Exactly as written, copy the lines of the data below from the first through the one containing "#42=EDGE_CURVE('',#36,#38,#41,.T.);".
BEGIN DATA
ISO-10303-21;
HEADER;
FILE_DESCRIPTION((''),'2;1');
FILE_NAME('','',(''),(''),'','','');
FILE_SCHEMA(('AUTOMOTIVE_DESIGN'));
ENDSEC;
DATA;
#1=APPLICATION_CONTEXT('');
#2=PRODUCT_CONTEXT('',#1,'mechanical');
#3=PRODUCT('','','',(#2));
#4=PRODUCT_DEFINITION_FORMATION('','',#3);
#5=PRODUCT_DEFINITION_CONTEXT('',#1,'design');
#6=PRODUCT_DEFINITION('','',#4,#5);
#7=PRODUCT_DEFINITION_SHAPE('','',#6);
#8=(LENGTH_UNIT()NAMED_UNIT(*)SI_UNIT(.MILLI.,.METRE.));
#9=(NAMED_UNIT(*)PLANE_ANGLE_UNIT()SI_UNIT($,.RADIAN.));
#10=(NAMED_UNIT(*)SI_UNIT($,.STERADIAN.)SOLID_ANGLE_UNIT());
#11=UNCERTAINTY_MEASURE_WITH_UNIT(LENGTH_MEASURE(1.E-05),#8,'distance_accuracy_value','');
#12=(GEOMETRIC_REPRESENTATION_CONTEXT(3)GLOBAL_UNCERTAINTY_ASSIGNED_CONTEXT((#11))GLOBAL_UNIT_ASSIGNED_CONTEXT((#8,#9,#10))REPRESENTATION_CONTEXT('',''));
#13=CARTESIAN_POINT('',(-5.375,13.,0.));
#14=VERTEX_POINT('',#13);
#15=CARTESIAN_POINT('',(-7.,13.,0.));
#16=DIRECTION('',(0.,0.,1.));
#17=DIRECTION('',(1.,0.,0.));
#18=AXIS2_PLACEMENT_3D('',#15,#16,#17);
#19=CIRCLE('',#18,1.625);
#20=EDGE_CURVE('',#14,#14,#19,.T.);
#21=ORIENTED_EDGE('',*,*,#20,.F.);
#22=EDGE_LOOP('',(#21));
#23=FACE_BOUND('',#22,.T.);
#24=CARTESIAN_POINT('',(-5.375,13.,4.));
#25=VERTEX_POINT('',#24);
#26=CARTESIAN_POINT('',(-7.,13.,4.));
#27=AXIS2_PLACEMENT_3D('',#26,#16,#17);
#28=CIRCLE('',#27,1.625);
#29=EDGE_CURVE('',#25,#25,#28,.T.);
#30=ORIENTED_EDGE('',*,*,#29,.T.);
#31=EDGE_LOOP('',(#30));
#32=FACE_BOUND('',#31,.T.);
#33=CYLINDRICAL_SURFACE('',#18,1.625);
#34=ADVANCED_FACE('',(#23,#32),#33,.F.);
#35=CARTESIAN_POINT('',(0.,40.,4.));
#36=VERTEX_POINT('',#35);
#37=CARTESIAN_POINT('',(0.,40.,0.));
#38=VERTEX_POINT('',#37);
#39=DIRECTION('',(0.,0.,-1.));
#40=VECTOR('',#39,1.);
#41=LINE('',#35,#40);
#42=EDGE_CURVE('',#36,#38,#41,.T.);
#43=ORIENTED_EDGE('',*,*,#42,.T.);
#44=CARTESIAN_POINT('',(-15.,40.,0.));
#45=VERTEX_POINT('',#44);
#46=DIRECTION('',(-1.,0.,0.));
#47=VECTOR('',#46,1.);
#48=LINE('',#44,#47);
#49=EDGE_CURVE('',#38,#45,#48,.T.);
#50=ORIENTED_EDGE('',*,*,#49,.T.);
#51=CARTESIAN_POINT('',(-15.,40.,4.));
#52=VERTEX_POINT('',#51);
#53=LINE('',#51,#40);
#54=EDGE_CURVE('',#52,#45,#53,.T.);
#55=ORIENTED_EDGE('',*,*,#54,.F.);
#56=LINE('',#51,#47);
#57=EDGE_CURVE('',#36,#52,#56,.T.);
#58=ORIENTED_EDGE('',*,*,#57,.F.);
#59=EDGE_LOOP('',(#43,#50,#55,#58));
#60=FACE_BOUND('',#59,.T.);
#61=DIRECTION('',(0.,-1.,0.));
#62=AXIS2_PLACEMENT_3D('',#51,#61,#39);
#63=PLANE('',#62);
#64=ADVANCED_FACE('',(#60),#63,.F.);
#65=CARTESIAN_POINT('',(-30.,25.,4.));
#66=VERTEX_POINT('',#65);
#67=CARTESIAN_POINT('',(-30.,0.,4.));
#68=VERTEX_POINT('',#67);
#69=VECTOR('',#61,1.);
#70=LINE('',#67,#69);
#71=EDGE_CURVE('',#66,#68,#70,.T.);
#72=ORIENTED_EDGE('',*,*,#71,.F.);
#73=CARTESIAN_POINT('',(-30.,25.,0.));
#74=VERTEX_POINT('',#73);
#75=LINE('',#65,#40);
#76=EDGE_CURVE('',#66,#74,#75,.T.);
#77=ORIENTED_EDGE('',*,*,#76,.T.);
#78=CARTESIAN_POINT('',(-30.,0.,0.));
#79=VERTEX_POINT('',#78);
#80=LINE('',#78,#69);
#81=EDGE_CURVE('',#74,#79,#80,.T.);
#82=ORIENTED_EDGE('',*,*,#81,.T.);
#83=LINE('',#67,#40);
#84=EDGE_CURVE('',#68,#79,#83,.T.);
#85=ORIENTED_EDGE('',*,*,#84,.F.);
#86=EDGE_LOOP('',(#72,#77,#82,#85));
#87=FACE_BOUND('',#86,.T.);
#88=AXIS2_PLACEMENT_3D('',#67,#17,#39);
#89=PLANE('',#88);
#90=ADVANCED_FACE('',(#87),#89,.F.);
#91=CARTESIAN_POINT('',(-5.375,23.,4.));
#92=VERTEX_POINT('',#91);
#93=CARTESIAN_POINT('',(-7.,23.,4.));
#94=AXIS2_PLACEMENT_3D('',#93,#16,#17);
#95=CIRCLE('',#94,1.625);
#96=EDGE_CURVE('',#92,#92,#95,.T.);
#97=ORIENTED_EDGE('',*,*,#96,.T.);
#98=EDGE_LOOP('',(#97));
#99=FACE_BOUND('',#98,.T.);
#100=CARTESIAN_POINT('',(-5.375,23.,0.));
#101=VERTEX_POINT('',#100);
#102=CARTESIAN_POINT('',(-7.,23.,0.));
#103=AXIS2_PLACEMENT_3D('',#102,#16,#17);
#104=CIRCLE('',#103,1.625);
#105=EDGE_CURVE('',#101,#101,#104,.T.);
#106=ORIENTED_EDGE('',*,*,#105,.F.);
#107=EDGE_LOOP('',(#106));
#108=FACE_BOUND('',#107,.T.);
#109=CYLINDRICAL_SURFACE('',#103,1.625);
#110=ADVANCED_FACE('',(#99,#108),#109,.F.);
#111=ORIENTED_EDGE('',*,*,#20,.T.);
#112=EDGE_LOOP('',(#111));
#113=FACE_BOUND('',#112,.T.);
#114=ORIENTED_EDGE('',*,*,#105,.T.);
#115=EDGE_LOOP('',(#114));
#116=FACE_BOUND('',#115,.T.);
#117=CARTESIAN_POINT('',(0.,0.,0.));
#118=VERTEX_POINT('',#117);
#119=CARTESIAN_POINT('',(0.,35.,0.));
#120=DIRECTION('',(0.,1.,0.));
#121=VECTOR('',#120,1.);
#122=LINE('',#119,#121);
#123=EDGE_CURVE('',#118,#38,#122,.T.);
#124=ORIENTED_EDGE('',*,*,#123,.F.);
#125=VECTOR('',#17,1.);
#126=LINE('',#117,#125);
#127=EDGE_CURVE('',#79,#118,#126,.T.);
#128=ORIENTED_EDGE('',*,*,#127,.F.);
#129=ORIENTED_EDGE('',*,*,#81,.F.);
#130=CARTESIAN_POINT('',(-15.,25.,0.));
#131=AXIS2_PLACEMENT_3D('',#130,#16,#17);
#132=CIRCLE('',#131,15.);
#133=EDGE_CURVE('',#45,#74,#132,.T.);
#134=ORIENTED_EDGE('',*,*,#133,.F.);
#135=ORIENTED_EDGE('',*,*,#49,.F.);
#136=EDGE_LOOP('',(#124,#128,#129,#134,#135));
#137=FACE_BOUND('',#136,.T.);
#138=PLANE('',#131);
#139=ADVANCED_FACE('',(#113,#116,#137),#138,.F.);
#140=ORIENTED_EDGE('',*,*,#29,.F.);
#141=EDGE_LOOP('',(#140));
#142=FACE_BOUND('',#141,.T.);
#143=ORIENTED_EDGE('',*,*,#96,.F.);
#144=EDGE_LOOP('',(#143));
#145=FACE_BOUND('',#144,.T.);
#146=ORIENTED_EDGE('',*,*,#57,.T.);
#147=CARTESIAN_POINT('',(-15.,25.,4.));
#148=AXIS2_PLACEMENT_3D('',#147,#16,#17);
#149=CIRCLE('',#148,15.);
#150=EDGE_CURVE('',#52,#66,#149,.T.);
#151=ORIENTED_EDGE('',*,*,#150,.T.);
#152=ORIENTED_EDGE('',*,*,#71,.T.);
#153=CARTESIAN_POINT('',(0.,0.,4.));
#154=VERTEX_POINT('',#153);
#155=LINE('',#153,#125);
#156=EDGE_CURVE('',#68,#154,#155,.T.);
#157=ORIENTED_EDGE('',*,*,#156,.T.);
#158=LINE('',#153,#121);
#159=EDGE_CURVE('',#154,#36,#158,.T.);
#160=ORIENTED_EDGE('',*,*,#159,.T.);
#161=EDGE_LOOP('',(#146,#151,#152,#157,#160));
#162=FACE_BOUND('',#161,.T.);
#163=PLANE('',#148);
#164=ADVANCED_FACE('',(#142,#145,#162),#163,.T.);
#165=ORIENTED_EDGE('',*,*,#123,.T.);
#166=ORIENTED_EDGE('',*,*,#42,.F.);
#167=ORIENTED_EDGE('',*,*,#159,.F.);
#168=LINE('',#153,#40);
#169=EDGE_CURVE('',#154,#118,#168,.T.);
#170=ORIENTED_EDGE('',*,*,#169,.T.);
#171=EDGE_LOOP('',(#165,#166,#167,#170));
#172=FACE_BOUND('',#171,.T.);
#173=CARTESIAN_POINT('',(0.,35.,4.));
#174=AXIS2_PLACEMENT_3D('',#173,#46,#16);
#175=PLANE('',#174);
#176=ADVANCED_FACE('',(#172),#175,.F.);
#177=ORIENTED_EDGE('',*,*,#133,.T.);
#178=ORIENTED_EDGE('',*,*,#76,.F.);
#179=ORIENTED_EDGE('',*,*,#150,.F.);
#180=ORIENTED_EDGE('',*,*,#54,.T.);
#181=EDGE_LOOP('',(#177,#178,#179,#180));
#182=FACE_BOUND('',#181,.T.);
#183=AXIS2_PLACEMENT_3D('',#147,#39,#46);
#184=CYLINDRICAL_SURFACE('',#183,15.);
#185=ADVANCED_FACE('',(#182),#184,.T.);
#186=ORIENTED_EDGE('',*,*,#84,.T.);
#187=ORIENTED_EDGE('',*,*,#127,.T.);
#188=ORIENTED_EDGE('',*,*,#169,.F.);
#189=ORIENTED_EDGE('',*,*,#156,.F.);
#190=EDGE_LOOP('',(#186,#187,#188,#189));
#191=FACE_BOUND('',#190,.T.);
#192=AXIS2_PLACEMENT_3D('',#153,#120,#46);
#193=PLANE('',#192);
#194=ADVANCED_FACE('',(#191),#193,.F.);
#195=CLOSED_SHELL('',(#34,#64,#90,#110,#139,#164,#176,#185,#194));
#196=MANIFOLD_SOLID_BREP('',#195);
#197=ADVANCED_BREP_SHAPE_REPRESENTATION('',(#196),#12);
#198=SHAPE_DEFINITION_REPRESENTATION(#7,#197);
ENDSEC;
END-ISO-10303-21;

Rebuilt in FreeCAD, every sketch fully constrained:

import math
import FreeCAD as App
import Part
import Sketcher

doc = App.newDocument("Part")
body = doc.addObject("PartDesign::Body", "Body")

sketch1 = body.newObject("Sketcher::SketchObject", "Sketch")
sketch1.AttachmentSupport = (doc.getObject("XY_Plane"), [""])
sketch1.MapMode = "FlatFace"
sketch1.addGeometry([
    Part.LineSegment(App.Vector(0, 40, 0), App.Vector(-15, 40, 0)),
    Part.ArcOfCircle(Part.Circle(App.Vector(-15, 25, 0), App.Vector(0, 0, 1), 15), math.radians(90), math.radians(180)),
    Part.LineSegment(App.Vector(-30, 25, 0), App.Vector(-30, 0, 0)),
    Part.LineSegment(App.Vector(-30, 0, 0), App.Vector(0, 0, 0)),
    Part.LineSegment(App.Vector(0, 0, 0), App.Vector(0, 40, 0)),
], False)
sketch1.addConstraint([
    Sketcher.Constraint("Tangent", 0, 2, 1, 1),
    Sketcher.Constraint("Tangent", 1, 2, 2, 1),
    Sketcher.Constraint("Coincident", 2, 2, 3, 1),
    Sketcher.Constraint("Coincident", 3, 2, 4, 1),
    Sketcher.Constraint("Coincident", 4, 2, 0, 1),
    Sketcher.Constraint("Horizontal", 0),
    Sketcher.Constraint("Vertical", 2),
    Sketcher.Constraint("Horizontal", 3),
    Sketcher.Constraint("Vertical", 4),
    Sketcher.Constraint("Coincident", 3, 2, -1, 1),
    Sketcher.Constraint("Radius", 1, 15.0),
    Sketcher.Constraint("DistanceX", 0, 2, 0, 1, 15.0),
    Sketcher.Constraint("DistanceY", 2, 2, 2, 1, 25.0),
])
pad1 = body.newObject("PartDesign::Pad", "Pad")
pad1.Profile = sketch1
pad1.Length = 4

sketch2 = body.newObject("Sketcher::SketchObject", "Sketch001")
sketch2.AttachmentSupport = (doc.getObject("XY_Plane"), [""])
sketch2.MapMode = "FlatFace"
sketch2.AttachmentOffset = App.Placement(App.Vector(0, 0, 4), App.Rotation())
sketch2.addGeometry([
    Part.Circle(App.Vector(-7, 23, 0), App.Vector(0, 0, 1), 1.6),
    Part.Circle(App.Vector(-7, 13, 0), App.Vector(0, 0, 1), 1.6),
], False)
sketch2.addConstraint([
    Sketcher.Constraint("Equal", 0, 1),
    Sketcher.Constraint("Vertical", 0, 3, 1, 3),
    Sketcher.Constraint("Diameter", 0, 3.25),
    Sketcher.Constraint("DistanceX", 0, 3, -1, 1, 7.0),
    Sketcher.Constraint("DistanceY", -1, 1, 0, 3, 23.0),
    Sketcher.Constraint("DistanceY", -1, 1, 1, 3, 13.0),
])
pocket1 = body.newObject("PartDesign::Pocket", "Pocket")
pocket1.Profile = sketch2
pocket1.Type = "ThroughAll"

doc.recompute()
END DATA
*RESPONSE TO THE EXERCISE*.
ISO-10303-21;
HEADER;
FILE_DESCRIPTION((''),'2;1');
FILE_NAME('','',(''),(''),'','','');
FILE_SCHEMA(('AUTOMOTIVE_DESIGN'));
ENDSEC;
DATA;
#1=APPLICATION_CONTEXT('');
#2=PRODUCT_CONTEXT('',#1,'mechanical');
#3=PRODUCT('','','',(#2));
#4=PRODUCT_DEFINITION_FORMATION('','',#3);
#5=PRODUCT_DEFINITION_CONTEXT('',#1,'design');
#6=PRODUCT_DEFINITION('','',#4,#5);
#7=PRODUCT_DEFINITION_SHAPE('','',#6);
#8=(LENGTH_UNIT()NAMED_UNIT(*)SI_UNIT(.MILLI.,.METRE.));
#9=(NAMED_UNIT(*)PLANE_ANGLE_UNIT()SI_UNIT($,.RADIAN.));
#10=(NAMED_UNIT(*)SI_UNIT($,.STERADIAN.)SOLID_ANGLE_UNIT());
#11=UNCERTAINTY_MEASURE_WITH_UNIT(LENGTH_MEASURE(1.E-05),#8,'distance_accuracy_value','');
#12=(GEOMETRIC_REPRESENTATION_CONTEXT(3)GLOBAL_UNCERTAINTY_ASSIGNED_CONTEXT((#11))GLOBAL_UNIT_ASSIGNED_CONTEXT((#8,#9,#10))REPRESENTATION_CONTEXT('',''));
#13=CARTESIAN_POINT('',(-5.375,13.,0.));
#14=VERTEX_POINT('',#13);
#15=CARTESIAN_POINT('',(-7.,13.,0.));
#16=DIRECTION('',(0.,0.,1.));
#17=DIRECTION('',(1.,0.,0.));
#18=AXIS2_PLACEMENT_3D('',#15,#16,#17);
#19=CIRCLE('',#18,1.625);
#20=EDGE_CURVE('',#14,#14,#19,.T.);
#21=ORIENTED_EDGE('',*,*,#20,.F.);
#22=EDGE_LOOP('',(#21));
#23=FACE_BOUND('',#22,.T.);
#24=CARTESIAN_POINT('',(-5.375,13.,4.));
#25=VERTEX_POINT('',#24);
#26=CARTESIAN_POINT('',(-7.,13.,4.));
#27=AXIS2_PLACEMENT_3D('',#26,#16,#17);
#28=CIRCLE('',#27,1.625);
#29=EDGE_CURVE('',#25,#25,#28,.T.);
#30=ORIENTED_EDGE('',*,*,#29,.T.);
#31=EDGE_LOOP('',(#30));
#32=FACE_BOUND('',#31,.T.);
#33=CYLINDRICAL_SURFACE('',#18,1.625);
#34=ADVANCED_FACE('',(#23,#32),#33,.F.);
#35=CARTESIAN_POINT('',(0.,40.,4.));
#36=VERTEX_POINT('',#35);
#37=CARTESIAN_POINT('',(0.,40.,0.));
#38=VERTEX_POINT('',#37);
#39=DIRECTION('',(0.,0.,-1.));
#40=VECTOR('',#39,1.);
#41=LINE('',#35,#40);
#42=EDGE_CURVE('',#36,#38,#41,.T.);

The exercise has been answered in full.